The HiveContext can simplify this process greatly. The key is that you must create the table in Hive first using a CREATE EXTERNAL TABLE statement with partitioning defined. For example:
# Hive SQL
CREATE EXTERNAL TABLE test
(name STRING)
PARTITIONED BY
(age INT)
STORED AS PARQUET
LOCATION 'hdfs:///tmp/tables/test'
From here, let's say you have a Dataframe with new records in it for a specific partition (or multiple partitions). You can use a HiveContext SQL statement to perform an INSERT OVERWRITE using this Dataframe, which will overwrite the table for only the partitions contained in the Dataframe:
# PySpark
hiveContext = HiveContext(sc)
update_dataframe.registerTempTable('update_dataframe')
hiveContext.sql("""INSERT OVERWRITE TABLE test PARTITION (age)
SELECT name, age
FROM update_dataframe""")
Note: update_dataframe in this example has a schema that matches that of the target test table.
One easy mistake to make with this approach is to skip the CREATE EXTERNAL TABLE step in Hive and just make the table using the Dataframe API's write methods. For Parquet-based tables in particular, the table will not be defined appropriately to support Hive's INSERT OVERWRITE... PARTITION function.
Hope this helps.
Tested this on Spark 2.3.1 with Scala.
Most of the answers above are writing to a Hive table. However, I wanted to write directly to disk, which has an external hive table on top of this folder.
First the required configuration
val sparkSession: SparkSession = SparkSession
.builder
.enableHiveSupport()
.config("spark.sql.sources.partitionOverwriteMode", "dynamic") // Required for overwriting ONLY the required partitioned folders, and not the entire root folder
.appName("spark_write_to_dynamic_partition_folders")
Usage here:
DataFrame
.write
.format("<required file format>")
.partitionBy("<partitioned column name>")
.mode(SaveMode.Overwrite) // This is required.
.save(s"<path_to_root_folder>")
I tried below approach to overwrite particular partition in HIVE table.
### load Data and check records
raw_df = spark.table("test.original")
raw_df.count()
lets say this table is partitioned based on column : **c_birth_year** and we would like to update the partition for year less than 1925
### Check data in few partitions.
sample = raw_df.filter(col("c_birth_year") <= 1925).select("c_customer_sk", "c_preferred_cust_flag")
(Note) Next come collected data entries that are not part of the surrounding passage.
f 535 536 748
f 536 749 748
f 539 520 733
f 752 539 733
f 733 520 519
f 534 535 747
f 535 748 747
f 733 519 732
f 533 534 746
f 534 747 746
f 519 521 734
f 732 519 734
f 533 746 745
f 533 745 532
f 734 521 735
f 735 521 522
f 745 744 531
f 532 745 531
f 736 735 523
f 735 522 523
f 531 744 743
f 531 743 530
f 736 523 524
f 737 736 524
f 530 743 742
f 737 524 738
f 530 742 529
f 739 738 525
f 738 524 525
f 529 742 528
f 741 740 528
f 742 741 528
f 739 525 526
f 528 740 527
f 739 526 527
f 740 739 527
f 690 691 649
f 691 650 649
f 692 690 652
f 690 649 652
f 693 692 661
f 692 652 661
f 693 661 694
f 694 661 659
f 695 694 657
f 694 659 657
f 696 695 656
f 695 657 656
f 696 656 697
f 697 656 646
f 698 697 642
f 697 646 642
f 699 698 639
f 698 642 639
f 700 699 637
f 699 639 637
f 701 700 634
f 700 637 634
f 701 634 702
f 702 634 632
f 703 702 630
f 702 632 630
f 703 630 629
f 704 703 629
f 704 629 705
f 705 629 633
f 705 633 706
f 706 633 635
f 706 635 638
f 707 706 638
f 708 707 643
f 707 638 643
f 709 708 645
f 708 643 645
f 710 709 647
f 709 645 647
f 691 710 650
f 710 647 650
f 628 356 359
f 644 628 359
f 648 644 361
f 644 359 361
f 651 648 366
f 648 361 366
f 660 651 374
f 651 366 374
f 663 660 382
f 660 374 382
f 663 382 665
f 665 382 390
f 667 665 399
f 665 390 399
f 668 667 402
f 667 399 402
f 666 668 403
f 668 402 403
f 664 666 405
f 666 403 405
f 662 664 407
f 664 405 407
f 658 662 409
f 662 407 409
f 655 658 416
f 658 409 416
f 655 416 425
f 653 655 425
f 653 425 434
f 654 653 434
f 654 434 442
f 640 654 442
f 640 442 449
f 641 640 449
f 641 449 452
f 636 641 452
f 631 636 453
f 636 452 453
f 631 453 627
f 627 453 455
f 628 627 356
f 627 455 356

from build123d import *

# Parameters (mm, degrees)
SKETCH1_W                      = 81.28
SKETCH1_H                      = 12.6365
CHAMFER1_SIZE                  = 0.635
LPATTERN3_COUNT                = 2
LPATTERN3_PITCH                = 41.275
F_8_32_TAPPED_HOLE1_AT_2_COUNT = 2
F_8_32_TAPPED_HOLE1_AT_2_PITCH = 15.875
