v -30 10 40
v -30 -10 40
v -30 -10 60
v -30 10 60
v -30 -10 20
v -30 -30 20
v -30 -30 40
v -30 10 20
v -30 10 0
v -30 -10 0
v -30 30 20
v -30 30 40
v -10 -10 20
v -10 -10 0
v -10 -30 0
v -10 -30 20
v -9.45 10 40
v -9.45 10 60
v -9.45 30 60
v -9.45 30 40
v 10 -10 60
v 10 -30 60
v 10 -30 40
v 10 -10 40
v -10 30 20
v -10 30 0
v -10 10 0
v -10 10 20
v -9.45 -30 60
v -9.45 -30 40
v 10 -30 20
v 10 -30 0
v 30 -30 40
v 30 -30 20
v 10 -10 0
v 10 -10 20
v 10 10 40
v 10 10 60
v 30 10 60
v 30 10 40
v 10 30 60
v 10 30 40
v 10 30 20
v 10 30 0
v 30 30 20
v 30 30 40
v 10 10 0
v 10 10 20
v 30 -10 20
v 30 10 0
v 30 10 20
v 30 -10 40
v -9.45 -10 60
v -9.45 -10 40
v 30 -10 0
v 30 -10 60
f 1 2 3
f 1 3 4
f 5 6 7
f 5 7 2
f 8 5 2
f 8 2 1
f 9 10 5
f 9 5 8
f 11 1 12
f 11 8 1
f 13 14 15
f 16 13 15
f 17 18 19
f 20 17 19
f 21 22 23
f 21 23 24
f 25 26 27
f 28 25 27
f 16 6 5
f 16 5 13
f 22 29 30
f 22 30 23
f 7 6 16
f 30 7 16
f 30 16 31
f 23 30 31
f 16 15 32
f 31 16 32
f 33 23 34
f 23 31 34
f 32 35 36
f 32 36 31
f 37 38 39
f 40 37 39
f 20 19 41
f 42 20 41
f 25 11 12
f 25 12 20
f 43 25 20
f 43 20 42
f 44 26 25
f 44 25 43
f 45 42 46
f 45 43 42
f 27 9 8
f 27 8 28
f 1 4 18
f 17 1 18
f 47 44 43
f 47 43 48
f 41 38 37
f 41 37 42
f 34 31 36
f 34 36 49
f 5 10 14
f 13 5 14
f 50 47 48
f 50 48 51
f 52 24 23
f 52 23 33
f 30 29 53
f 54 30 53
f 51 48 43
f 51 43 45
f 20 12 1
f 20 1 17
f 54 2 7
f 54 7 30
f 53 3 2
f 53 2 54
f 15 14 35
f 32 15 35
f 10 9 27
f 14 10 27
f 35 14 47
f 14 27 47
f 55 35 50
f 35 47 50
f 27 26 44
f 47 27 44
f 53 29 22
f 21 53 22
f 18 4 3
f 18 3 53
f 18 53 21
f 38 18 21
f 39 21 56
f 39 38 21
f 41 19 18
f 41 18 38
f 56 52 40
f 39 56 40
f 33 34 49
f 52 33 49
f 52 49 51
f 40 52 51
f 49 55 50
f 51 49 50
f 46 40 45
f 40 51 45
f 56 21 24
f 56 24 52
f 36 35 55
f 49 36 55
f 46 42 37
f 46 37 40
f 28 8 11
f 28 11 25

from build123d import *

# Parameters (mm, degrees)
F0_W     = 60
F0_H     = 60
F1_DEPTH = 60
F2_W     = 20.549892
F2_H     = 20
F2_W_2   = 20
F3_DEPTH = 20
F4_W     = 20
F4_H     = 20
F5_DEPTH = 20


with BuildPart() as f1:
    # F0 (on Top) → F1 (new body)
    with BuildSketch(Plane.XY):
        Rectangle(F0_W, F0_H)
    extrude(amount=F1_DEPTH)

    # F2 (on face) → F3 (cut)
    with BuildSketch(Plane.XY.offset(60)):
        with Locations((-19.725054, 20)):
            Rectangle(F2_W, F2_H)
        with Locations((20, 20)):
            Rectangle(F2_W_2, F2_H)
        with Locations((20, -20)):
            Rectangle(F2_W_2, F2_H)
        with Locations((-19.725054, -20)):
            Rectangle(F2_W, F2_H)
    extrude(amount=-F3_DEPTH, mode=Mode.SUBTRACT)

    # F4 (on face) → F5 (cut)
    with BuildSketch(Plane(origin=(0, 0, 0), x_dir=(1, 0, 0), z_dir=(0, 0, -1))):
        with Locations((20, -20)):
            Rectangle(F4_W, F4_H)
        with Locations((-20, -20)):
            Rectangle(F4_W, F4_H)
        with Locations((-20, 20)):
            Rectangle(F4_W, F4_H)
        with Locations((20, 20)):
            Rectangle(F4_W, F4_H)
    extrude(amount=-F5_DEPTH, mode=Mode.SUBTRACT)


solid = f1.part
print "Number of records: ", sample.count()
sample.show()
### Back-up the partitions before deletion
raw_df.filter(col("c_birth_year") <= 1925).write.saveAsTable("test.original_bkp", mode = "overwrite")
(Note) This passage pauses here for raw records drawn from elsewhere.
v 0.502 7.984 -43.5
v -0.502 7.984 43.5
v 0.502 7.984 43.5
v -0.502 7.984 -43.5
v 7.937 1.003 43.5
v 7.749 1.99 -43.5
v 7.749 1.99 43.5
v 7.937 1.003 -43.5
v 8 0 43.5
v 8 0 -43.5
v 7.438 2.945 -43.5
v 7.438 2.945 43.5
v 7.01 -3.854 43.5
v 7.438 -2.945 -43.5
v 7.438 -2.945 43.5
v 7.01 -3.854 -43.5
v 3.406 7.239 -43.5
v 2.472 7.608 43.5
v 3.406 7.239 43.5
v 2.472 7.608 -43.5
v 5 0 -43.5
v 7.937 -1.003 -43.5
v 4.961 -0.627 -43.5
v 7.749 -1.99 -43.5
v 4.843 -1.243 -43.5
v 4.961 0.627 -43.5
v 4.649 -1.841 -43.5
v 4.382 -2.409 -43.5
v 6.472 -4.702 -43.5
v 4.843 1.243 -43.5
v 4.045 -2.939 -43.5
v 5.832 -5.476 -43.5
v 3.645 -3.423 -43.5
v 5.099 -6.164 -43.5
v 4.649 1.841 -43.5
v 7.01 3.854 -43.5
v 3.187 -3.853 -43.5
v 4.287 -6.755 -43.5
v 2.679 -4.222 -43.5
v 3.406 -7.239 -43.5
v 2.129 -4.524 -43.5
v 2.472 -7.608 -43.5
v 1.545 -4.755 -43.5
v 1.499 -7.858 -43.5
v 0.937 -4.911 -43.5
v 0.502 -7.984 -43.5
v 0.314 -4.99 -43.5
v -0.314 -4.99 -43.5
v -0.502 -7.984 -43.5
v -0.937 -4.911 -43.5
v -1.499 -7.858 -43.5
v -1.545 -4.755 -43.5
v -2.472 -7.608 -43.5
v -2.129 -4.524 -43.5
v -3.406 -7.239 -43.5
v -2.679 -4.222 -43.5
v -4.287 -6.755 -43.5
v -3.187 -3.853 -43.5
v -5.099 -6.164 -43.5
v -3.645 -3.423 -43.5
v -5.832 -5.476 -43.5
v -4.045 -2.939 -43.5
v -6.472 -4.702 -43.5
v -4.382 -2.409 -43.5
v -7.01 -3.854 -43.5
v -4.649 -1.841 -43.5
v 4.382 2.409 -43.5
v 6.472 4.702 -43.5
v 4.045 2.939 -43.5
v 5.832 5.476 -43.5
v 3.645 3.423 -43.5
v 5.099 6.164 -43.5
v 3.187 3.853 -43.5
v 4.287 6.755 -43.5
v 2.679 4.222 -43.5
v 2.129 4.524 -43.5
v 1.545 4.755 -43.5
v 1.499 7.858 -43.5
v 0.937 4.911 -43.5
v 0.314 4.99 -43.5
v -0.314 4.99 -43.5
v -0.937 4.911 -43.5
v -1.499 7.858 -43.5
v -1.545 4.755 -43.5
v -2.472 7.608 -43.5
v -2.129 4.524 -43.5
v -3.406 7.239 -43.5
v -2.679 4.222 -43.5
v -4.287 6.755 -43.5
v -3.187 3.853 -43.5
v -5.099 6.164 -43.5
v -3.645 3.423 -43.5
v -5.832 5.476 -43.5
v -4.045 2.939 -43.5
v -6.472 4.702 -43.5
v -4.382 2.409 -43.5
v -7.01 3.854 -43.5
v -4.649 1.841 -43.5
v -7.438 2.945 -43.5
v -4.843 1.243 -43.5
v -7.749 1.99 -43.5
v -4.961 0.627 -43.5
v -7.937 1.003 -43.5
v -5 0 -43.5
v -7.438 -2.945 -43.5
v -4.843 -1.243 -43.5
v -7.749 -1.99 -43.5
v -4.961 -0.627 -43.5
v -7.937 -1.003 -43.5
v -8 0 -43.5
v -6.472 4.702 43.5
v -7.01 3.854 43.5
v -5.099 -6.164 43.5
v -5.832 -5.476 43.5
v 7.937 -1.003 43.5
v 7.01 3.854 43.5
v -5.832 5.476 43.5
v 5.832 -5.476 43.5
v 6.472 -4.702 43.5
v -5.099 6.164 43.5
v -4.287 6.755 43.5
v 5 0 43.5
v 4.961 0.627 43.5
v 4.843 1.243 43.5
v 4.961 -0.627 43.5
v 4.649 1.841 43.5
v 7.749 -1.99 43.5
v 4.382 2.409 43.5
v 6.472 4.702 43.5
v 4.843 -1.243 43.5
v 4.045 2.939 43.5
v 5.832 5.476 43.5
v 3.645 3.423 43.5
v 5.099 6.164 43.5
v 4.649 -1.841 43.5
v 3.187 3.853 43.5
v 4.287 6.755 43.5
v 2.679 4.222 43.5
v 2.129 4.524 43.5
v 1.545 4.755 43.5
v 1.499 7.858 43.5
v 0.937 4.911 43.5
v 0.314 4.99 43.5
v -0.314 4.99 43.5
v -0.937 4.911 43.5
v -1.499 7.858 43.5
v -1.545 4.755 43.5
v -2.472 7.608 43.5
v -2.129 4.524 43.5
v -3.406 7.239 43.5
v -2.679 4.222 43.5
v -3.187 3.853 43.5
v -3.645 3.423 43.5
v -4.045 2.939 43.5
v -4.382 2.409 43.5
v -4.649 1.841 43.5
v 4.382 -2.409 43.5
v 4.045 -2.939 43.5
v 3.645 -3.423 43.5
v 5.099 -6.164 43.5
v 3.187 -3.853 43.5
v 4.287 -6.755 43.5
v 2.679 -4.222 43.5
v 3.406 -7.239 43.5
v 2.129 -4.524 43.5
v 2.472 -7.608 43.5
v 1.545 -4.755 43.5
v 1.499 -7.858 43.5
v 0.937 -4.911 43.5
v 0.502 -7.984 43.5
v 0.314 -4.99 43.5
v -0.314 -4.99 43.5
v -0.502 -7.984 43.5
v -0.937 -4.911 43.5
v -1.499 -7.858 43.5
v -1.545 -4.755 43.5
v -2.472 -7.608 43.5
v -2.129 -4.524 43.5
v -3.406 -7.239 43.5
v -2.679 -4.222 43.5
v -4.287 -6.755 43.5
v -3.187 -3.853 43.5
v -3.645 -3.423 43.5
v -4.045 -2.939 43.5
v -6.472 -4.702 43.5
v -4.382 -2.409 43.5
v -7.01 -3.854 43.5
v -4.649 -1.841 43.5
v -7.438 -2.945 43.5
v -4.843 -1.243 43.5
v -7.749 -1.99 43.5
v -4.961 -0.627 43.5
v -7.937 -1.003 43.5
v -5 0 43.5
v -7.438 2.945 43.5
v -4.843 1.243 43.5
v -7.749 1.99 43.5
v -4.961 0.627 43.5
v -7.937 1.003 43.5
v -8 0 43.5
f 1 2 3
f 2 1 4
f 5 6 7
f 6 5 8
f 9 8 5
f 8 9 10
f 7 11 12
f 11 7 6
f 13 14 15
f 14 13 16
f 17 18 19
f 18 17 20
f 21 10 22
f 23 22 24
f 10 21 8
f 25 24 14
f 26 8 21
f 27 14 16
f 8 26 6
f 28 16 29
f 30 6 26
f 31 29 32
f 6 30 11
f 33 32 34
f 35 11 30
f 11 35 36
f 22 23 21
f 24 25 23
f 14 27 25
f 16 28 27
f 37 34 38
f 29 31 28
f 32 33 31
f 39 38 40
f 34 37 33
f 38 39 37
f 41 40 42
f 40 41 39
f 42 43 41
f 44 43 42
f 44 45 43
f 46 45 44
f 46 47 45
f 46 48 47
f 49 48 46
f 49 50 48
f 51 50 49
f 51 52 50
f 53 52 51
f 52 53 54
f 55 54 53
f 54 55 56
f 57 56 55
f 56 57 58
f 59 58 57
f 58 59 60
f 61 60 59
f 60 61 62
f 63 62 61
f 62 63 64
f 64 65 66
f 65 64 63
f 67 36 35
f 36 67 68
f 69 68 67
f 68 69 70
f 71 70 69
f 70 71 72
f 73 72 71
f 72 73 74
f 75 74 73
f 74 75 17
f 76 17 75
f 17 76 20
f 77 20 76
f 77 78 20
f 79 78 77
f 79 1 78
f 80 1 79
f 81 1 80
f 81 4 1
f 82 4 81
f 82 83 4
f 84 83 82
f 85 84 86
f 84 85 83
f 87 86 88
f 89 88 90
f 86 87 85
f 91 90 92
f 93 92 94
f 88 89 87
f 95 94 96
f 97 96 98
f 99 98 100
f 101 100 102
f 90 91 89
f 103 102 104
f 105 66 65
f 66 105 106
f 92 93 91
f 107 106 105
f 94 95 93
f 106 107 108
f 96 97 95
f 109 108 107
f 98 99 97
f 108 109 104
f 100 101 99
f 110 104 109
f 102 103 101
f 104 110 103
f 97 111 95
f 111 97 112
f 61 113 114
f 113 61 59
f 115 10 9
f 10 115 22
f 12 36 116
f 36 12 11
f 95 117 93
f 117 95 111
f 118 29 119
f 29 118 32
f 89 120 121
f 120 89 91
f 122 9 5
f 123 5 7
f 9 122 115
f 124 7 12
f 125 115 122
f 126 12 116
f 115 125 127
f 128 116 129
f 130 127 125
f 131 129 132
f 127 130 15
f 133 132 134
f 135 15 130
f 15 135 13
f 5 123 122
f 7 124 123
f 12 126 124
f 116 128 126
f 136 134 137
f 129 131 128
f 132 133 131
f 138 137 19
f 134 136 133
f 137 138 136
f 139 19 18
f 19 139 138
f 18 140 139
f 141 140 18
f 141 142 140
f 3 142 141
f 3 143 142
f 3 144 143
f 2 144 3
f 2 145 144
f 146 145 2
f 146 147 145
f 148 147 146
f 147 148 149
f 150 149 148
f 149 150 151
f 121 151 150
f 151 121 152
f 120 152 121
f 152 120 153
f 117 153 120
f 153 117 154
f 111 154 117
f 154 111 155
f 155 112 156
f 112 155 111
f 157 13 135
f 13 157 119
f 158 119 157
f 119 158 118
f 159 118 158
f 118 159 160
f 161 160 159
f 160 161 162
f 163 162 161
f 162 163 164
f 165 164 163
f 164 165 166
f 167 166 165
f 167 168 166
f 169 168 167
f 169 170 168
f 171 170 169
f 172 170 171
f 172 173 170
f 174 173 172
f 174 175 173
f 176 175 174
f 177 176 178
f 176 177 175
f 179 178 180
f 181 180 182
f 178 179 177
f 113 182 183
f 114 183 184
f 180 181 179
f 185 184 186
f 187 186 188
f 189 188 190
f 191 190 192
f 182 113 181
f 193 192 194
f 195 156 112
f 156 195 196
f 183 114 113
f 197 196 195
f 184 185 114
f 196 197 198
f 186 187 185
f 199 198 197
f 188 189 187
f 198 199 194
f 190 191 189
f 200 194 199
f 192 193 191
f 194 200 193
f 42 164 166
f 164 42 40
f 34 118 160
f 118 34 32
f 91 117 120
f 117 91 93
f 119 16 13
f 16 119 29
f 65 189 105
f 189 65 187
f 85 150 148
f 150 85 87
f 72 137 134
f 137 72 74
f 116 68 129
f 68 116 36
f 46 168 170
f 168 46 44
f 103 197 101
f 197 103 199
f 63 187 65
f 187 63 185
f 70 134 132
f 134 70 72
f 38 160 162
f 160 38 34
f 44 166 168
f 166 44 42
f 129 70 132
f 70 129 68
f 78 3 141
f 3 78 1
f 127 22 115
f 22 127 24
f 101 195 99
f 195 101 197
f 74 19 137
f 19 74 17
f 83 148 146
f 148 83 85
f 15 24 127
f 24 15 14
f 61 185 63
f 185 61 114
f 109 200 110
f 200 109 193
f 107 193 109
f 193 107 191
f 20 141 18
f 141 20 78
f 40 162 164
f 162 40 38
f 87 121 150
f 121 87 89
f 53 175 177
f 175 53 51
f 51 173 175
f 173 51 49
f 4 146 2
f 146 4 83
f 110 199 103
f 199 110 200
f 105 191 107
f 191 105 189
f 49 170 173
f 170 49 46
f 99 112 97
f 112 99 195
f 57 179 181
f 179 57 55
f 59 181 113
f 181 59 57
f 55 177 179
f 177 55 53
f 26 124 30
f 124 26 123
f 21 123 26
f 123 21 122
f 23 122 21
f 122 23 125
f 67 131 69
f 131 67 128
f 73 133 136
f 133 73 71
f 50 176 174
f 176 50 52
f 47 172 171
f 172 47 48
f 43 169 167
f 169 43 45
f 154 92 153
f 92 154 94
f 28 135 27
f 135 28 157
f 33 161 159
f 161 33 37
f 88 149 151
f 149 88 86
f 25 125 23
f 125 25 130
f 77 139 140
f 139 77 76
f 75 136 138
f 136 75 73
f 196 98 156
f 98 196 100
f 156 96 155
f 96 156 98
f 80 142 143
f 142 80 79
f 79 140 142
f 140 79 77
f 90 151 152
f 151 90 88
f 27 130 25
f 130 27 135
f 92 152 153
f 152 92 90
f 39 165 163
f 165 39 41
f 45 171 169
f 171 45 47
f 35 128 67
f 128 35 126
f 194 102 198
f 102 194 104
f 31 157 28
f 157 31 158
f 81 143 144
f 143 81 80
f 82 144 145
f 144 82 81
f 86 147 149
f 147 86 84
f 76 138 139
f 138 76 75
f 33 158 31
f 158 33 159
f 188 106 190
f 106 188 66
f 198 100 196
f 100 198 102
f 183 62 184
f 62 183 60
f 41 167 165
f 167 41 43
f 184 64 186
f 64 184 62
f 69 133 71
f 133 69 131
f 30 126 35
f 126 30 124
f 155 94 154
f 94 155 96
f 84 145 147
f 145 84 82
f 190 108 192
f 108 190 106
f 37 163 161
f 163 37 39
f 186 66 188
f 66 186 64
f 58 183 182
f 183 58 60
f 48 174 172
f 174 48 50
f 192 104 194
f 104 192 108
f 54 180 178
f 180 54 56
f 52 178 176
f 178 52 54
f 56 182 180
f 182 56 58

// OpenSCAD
$fn = 50;


difference() {
	union() {
		translate(v = [0, 0, -43.5000000000]) {
			cylinder(h = 87, r = 8.0000000000);
		}
	}
	union() {
		translate(v = [0, 0, -100.0000000000]) {
			cylinder(h = 200, r = 5.0000000000);
		}
	}
}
### UDF : To delete particular partition.
def delete_part(table, part):
qry = "ALTER TABLE " + table + " DROP IF EXISTS PARTITION (c_birth_year = " + str(part) + ")"
spark.sql(qry)
### Delete partitions
part_df = raw_df.filter(col("c_birth_year") <= 1925).select("c_birth_year").distinct()
part_list = part_df.rdd.map(lambda x : x[0]).collect()
table = "test.original"
for p in part_list:
delete_part(table, p)
### Do the required Changes to the columns in partitions
df = spark.table("test.original_bkp")
newdf = df.withColumn("c_preferred_cust_flag", lit("Y"))
newdf.select("c_customer_sk", "c_preferred_cust_flag").show()
### Write the Partitions back to Original table
newdf.write.insertInto("test.original")
### Verify data in Original table
orginial.filter(col("c_birth_year") <= 1925).select("c_customer_sk", "c_preferred_cust_flag").show()
Hope it helps.
Regards,
Neeraj
As jatin Wrote you can delete paritions from hive and from path and then append data
Since I was wasting too much time with it I added the following example for other spark users.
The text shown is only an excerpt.